Sa Hyun Deok, Park Ji Yeong, Jeong Seon-Ju, Lee Kang Wook, Kim Jeong Hwan
Division of Applied Life Science (BK21 Plus), Graduate School, Gyeongsang National University, Jinju 660-701, Republic of Korea.
Institute of Agriculture and Life Science, Gyeongsang National University, Jinju 660-701, Republic of Korea.
J Microbiol Biotechnol. 2015 May;25(5):696-703. doi: 10.4014/jmb.1412.12075.
A gamma-aminobutyric acid (GABA)-producing microorganism was isolated from jeot-gal (anchovy), a Korean fermented seafood. The isolate, A156, produced GABA profusely when incubated in MRS broth with monosodium glutamate (3% (w/v)) at 37°C for 48 h. A156 was identified as Lactobacillus sakei by 16S rRNA gene sequencing. The GABA conversion yield was 86% as determined by GABase enzyme assay. The gadB gene encoding glutamate decarboxylase (GAD) was cloned by PCR. gadC encoding a glutamate/GABA antiporter was located immediately upstream of gadB. The operon structure of gadCB was confirmed by RT-PCR. gadB was overexpressed in Escherichia coli BL21(DE3) and recombinant GAD was purified. The purified GAD was 54.4 kDa in size by SDS-PAGE. Maximum GAD activity was observed at pH 5.0 and 55°C and the activity was dependent on pyridoxal 5'-phosphate. The Km and Vmax of GAD were 0.045 mM and 0.011 mM/min, respectively, when glutamate was used as the substrate.
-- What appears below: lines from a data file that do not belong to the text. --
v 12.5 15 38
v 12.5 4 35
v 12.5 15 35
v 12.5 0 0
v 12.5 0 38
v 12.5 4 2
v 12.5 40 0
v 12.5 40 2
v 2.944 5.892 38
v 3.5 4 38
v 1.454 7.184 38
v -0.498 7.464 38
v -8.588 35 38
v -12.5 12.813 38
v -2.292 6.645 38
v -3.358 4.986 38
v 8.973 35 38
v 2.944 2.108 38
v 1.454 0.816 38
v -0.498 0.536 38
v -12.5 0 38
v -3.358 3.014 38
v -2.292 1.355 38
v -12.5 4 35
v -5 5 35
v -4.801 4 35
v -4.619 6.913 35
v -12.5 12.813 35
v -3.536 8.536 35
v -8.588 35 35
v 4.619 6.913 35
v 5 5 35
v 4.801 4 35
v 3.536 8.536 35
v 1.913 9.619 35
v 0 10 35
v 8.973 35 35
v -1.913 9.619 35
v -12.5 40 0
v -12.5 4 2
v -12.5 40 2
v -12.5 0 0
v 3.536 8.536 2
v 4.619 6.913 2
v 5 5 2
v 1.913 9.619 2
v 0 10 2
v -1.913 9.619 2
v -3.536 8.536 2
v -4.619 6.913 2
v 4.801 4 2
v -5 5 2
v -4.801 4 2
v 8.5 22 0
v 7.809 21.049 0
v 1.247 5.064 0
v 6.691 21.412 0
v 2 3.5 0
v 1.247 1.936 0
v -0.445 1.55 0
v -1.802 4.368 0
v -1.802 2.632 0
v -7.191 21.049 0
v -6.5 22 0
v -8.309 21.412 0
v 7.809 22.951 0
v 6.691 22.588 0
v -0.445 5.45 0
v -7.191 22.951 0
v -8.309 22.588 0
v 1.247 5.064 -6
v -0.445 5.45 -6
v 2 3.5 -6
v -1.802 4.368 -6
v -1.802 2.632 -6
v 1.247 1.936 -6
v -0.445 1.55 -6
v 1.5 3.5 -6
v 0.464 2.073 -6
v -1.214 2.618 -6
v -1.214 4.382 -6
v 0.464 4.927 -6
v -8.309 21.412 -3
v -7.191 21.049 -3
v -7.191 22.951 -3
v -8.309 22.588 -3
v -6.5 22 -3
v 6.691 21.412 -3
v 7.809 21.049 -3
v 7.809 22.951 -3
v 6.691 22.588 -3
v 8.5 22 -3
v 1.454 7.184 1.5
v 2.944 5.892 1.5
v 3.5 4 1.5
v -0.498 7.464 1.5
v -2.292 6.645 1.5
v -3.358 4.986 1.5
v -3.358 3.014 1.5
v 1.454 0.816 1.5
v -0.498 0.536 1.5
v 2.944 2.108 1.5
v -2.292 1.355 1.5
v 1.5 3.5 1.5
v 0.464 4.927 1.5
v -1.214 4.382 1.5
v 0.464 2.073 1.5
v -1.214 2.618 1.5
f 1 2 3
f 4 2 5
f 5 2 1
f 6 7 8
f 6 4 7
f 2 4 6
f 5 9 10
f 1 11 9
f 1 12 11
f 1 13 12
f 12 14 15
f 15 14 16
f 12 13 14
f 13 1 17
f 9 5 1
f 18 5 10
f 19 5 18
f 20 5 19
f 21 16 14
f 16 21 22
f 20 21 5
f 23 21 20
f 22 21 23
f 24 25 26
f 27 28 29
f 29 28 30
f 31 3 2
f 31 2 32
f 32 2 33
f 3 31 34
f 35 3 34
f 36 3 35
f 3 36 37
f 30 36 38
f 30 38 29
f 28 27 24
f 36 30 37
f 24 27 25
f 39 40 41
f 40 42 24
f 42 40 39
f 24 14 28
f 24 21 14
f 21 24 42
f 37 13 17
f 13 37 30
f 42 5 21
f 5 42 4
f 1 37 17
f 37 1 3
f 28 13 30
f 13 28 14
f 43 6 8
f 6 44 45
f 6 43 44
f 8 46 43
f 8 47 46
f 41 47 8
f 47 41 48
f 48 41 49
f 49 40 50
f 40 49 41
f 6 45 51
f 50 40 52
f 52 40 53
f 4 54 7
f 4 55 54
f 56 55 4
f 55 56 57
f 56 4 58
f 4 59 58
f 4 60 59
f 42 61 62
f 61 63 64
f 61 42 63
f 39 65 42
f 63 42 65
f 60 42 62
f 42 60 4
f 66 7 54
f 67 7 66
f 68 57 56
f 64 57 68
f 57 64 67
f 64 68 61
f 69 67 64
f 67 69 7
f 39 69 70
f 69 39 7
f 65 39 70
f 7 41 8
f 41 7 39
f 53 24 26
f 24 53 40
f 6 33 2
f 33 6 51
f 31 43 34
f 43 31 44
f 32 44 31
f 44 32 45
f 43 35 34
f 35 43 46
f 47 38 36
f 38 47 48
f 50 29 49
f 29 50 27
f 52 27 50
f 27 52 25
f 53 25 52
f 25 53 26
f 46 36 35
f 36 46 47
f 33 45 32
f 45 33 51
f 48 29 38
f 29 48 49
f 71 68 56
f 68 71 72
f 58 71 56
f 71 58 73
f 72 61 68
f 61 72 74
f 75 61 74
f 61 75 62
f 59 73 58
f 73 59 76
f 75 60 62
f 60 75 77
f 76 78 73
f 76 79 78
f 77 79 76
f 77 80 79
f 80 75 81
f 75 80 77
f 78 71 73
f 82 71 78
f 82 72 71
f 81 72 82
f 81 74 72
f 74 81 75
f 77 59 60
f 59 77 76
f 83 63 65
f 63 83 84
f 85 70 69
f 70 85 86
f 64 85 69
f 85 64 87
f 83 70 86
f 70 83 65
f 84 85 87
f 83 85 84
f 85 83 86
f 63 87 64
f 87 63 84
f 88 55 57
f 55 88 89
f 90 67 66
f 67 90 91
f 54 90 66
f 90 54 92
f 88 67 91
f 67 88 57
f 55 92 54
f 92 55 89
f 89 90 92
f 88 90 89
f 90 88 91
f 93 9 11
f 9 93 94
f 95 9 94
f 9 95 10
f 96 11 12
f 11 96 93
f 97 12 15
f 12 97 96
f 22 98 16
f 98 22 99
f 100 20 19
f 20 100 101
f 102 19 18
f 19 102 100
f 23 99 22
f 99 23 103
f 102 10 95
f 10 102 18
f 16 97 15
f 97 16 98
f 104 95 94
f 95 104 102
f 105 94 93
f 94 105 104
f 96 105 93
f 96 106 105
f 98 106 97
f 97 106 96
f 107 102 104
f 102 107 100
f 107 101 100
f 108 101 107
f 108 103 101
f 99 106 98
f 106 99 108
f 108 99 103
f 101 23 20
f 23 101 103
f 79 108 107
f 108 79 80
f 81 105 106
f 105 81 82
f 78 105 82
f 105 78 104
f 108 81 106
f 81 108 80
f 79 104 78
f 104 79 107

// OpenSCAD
difference(){
union(){    
translate([-12.5,0,0])    
    cube([25,40,2]);
translate([-12.5,0,0])  
    cube([25,4,35]);
translate([-12.5,0,35])
    difference() {
        cube([25, 35, 3]);
        translate([25,15,0])
            rotate([0,0,10])
                cube([25,25,3]);
        translate([-25,15,0])
            rotate([0,0,-10])
                cube([25,25,3]);
        }
translate([0,5,1])
    cylinder(h=35,r=5);       
translate([0,3.5,-6])
    cylinder(h=6,r=2);
        
translate([-7.5,22,-3])
    cylinder(h=3,r=1); 
translate([7.5,22,-3])
    cylinder(h=3,r=1);        
}
translate([0,4,1.5])
    cylinder(h=40,r=3.5);
translate([0,3.5,-8])
    cylinder(h=10,r=1.5);
}
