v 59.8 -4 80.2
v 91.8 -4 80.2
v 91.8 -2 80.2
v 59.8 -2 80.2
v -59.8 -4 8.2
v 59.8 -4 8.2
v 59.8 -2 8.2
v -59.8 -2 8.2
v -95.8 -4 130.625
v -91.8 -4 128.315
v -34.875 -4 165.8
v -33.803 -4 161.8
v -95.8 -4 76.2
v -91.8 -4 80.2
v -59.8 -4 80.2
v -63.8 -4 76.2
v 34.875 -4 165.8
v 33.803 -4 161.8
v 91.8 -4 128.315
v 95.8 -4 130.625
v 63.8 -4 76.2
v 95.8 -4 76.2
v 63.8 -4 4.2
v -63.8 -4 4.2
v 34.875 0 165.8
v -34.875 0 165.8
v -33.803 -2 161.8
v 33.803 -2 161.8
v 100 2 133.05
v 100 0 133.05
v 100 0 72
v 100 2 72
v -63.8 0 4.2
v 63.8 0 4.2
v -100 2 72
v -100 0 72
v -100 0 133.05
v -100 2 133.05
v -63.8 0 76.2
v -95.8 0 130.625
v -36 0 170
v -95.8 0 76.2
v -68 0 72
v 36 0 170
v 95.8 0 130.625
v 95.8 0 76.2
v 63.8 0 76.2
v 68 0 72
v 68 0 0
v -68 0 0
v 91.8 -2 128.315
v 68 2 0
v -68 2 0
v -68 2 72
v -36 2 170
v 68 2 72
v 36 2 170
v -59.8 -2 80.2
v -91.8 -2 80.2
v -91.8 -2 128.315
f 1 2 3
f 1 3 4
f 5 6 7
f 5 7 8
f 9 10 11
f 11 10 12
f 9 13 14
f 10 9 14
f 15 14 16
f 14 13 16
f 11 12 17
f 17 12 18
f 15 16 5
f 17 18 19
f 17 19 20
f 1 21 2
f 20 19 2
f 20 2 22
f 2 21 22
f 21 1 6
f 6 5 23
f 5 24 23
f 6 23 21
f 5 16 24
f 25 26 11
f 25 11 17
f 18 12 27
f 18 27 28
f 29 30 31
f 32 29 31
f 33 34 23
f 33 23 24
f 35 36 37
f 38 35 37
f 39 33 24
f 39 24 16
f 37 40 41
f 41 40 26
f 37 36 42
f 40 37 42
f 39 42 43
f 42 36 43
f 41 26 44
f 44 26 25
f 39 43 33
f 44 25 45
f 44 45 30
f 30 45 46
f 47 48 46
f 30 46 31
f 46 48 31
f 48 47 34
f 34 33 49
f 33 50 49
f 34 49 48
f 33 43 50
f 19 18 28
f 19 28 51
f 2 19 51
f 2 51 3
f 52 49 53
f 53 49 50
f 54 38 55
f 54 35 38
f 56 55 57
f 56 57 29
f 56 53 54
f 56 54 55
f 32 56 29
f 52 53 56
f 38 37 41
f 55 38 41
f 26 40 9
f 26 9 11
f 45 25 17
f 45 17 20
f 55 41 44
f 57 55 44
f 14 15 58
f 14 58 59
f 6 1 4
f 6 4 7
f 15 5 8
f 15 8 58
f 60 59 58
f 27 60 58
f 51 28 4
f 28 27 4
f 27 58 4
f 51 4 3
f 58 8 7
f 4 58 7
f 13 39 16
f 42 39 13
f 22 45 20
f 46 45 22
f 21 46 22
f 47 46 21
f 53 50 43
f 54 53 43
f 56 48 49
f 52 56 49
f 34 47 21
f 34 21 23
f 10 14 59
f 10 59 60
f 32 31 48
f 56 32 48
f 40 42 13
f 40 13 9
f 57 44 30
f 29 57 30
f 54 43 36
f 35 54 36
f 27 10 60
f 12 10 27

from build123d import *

# Parameters (mm, degrees)
EXTRUDE_1_DEPTH = 2
EXTRUDE_2_DEPTH = 4
SHELL_START     = -4
SHELL_4_DEPTH   = 2


with BuildPart() as part:
    # 草图1 → 凸台-拉伸1 (new body)
    with BuildSketch(Plane(origin=(0, 0, 0), x_dir=(1, 0, 0), z_dir=(0, 1, 0))):
        Polygon((-100, -133.049582772), (-36, -170), (36, -170), (100, -133.049582772), (100, -72), (68, -72), (68, 0), (-68, 0), (-68, -72), (-100, -72), align=None)
    extrude(amount=EXTRUDE_1_DEPTH)

    # 草图2 → 凸台-拉伸2 (add)
    with BuildSketch(Plane(origin=(0, 0, 0), x_dir=(1, 0, 0), z_dir=(0, 1, 0))):
        Polygon((95.8, -76.2), (63.8, -76.2), (63.8, -4.2), (-63.8, -4.2), (-63.8, -76.2), (-95.8, -76.2), (-95.8, -130.624711641), (-34.874613392, -165.8), (34.874613392, -165.8), (95.8, -130.624711641), align=None)
    extrude(amount=-EXTRUDE_2_DEPTH)

    # 抽壳4: read off the stored shape, not the designer's step
    # 抽壳4 outline → 抽壳4 (cut)
    with BuildSketch(Plane(origin=(0, 0, 0), x_dir=(1, 0, 0), z_dir=(0, 1, 0)).offset(SHELL_START)):
        Polygon((33.802816622, -161.8), (91.8, -128.315310565), (91.8, -80.2), (59.8, -80.2), (59.8, -8.2), (-59.8, -8.2), (-59.8, -80.2), (-91.8, -80.2), (-91.8, -128.315310565), (-33.802816622, -161.8), align=None)
    extrude(amount=SHELL_4_DEPTH, mode=Mode.SUBTRACT)


solid = part.part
从韩国发酵海产品腌鱼中分离出一株产γ-氨基丁酸(GABA)的微生物。分离株A156在含有3%(w/v)谷氨酸钠的MRS肉汤中于37°C培养48小时时大量产生GABA。通过16S rRNA基因测序将A156鉴定为清酒乳杆菌。通过GABase酶法测定,GABA转化率为86%。通过PCR克隆了编码谷氨酸脱羧酶(GAD)的gadB基因。编码谷氨酸/GABA反向转运体的gadC位于gadB的紧邻上游。通过RT-PCR证实了gadCB的操纵子结构。gadB在大肠杆菌BL21(DE3)中过表达,并纯化了重组GAD。通过SDS-PAGE分析,纯化的GAD大小为54.4 kDa。在pH 5.0和55°C时观察到GAD的最大活性,且该活性依赖于磷酸吡哆醛。以谷氨酸为底物时,GAD的Km和Vmax分别为0.045 mM和0.011 mM/分钟。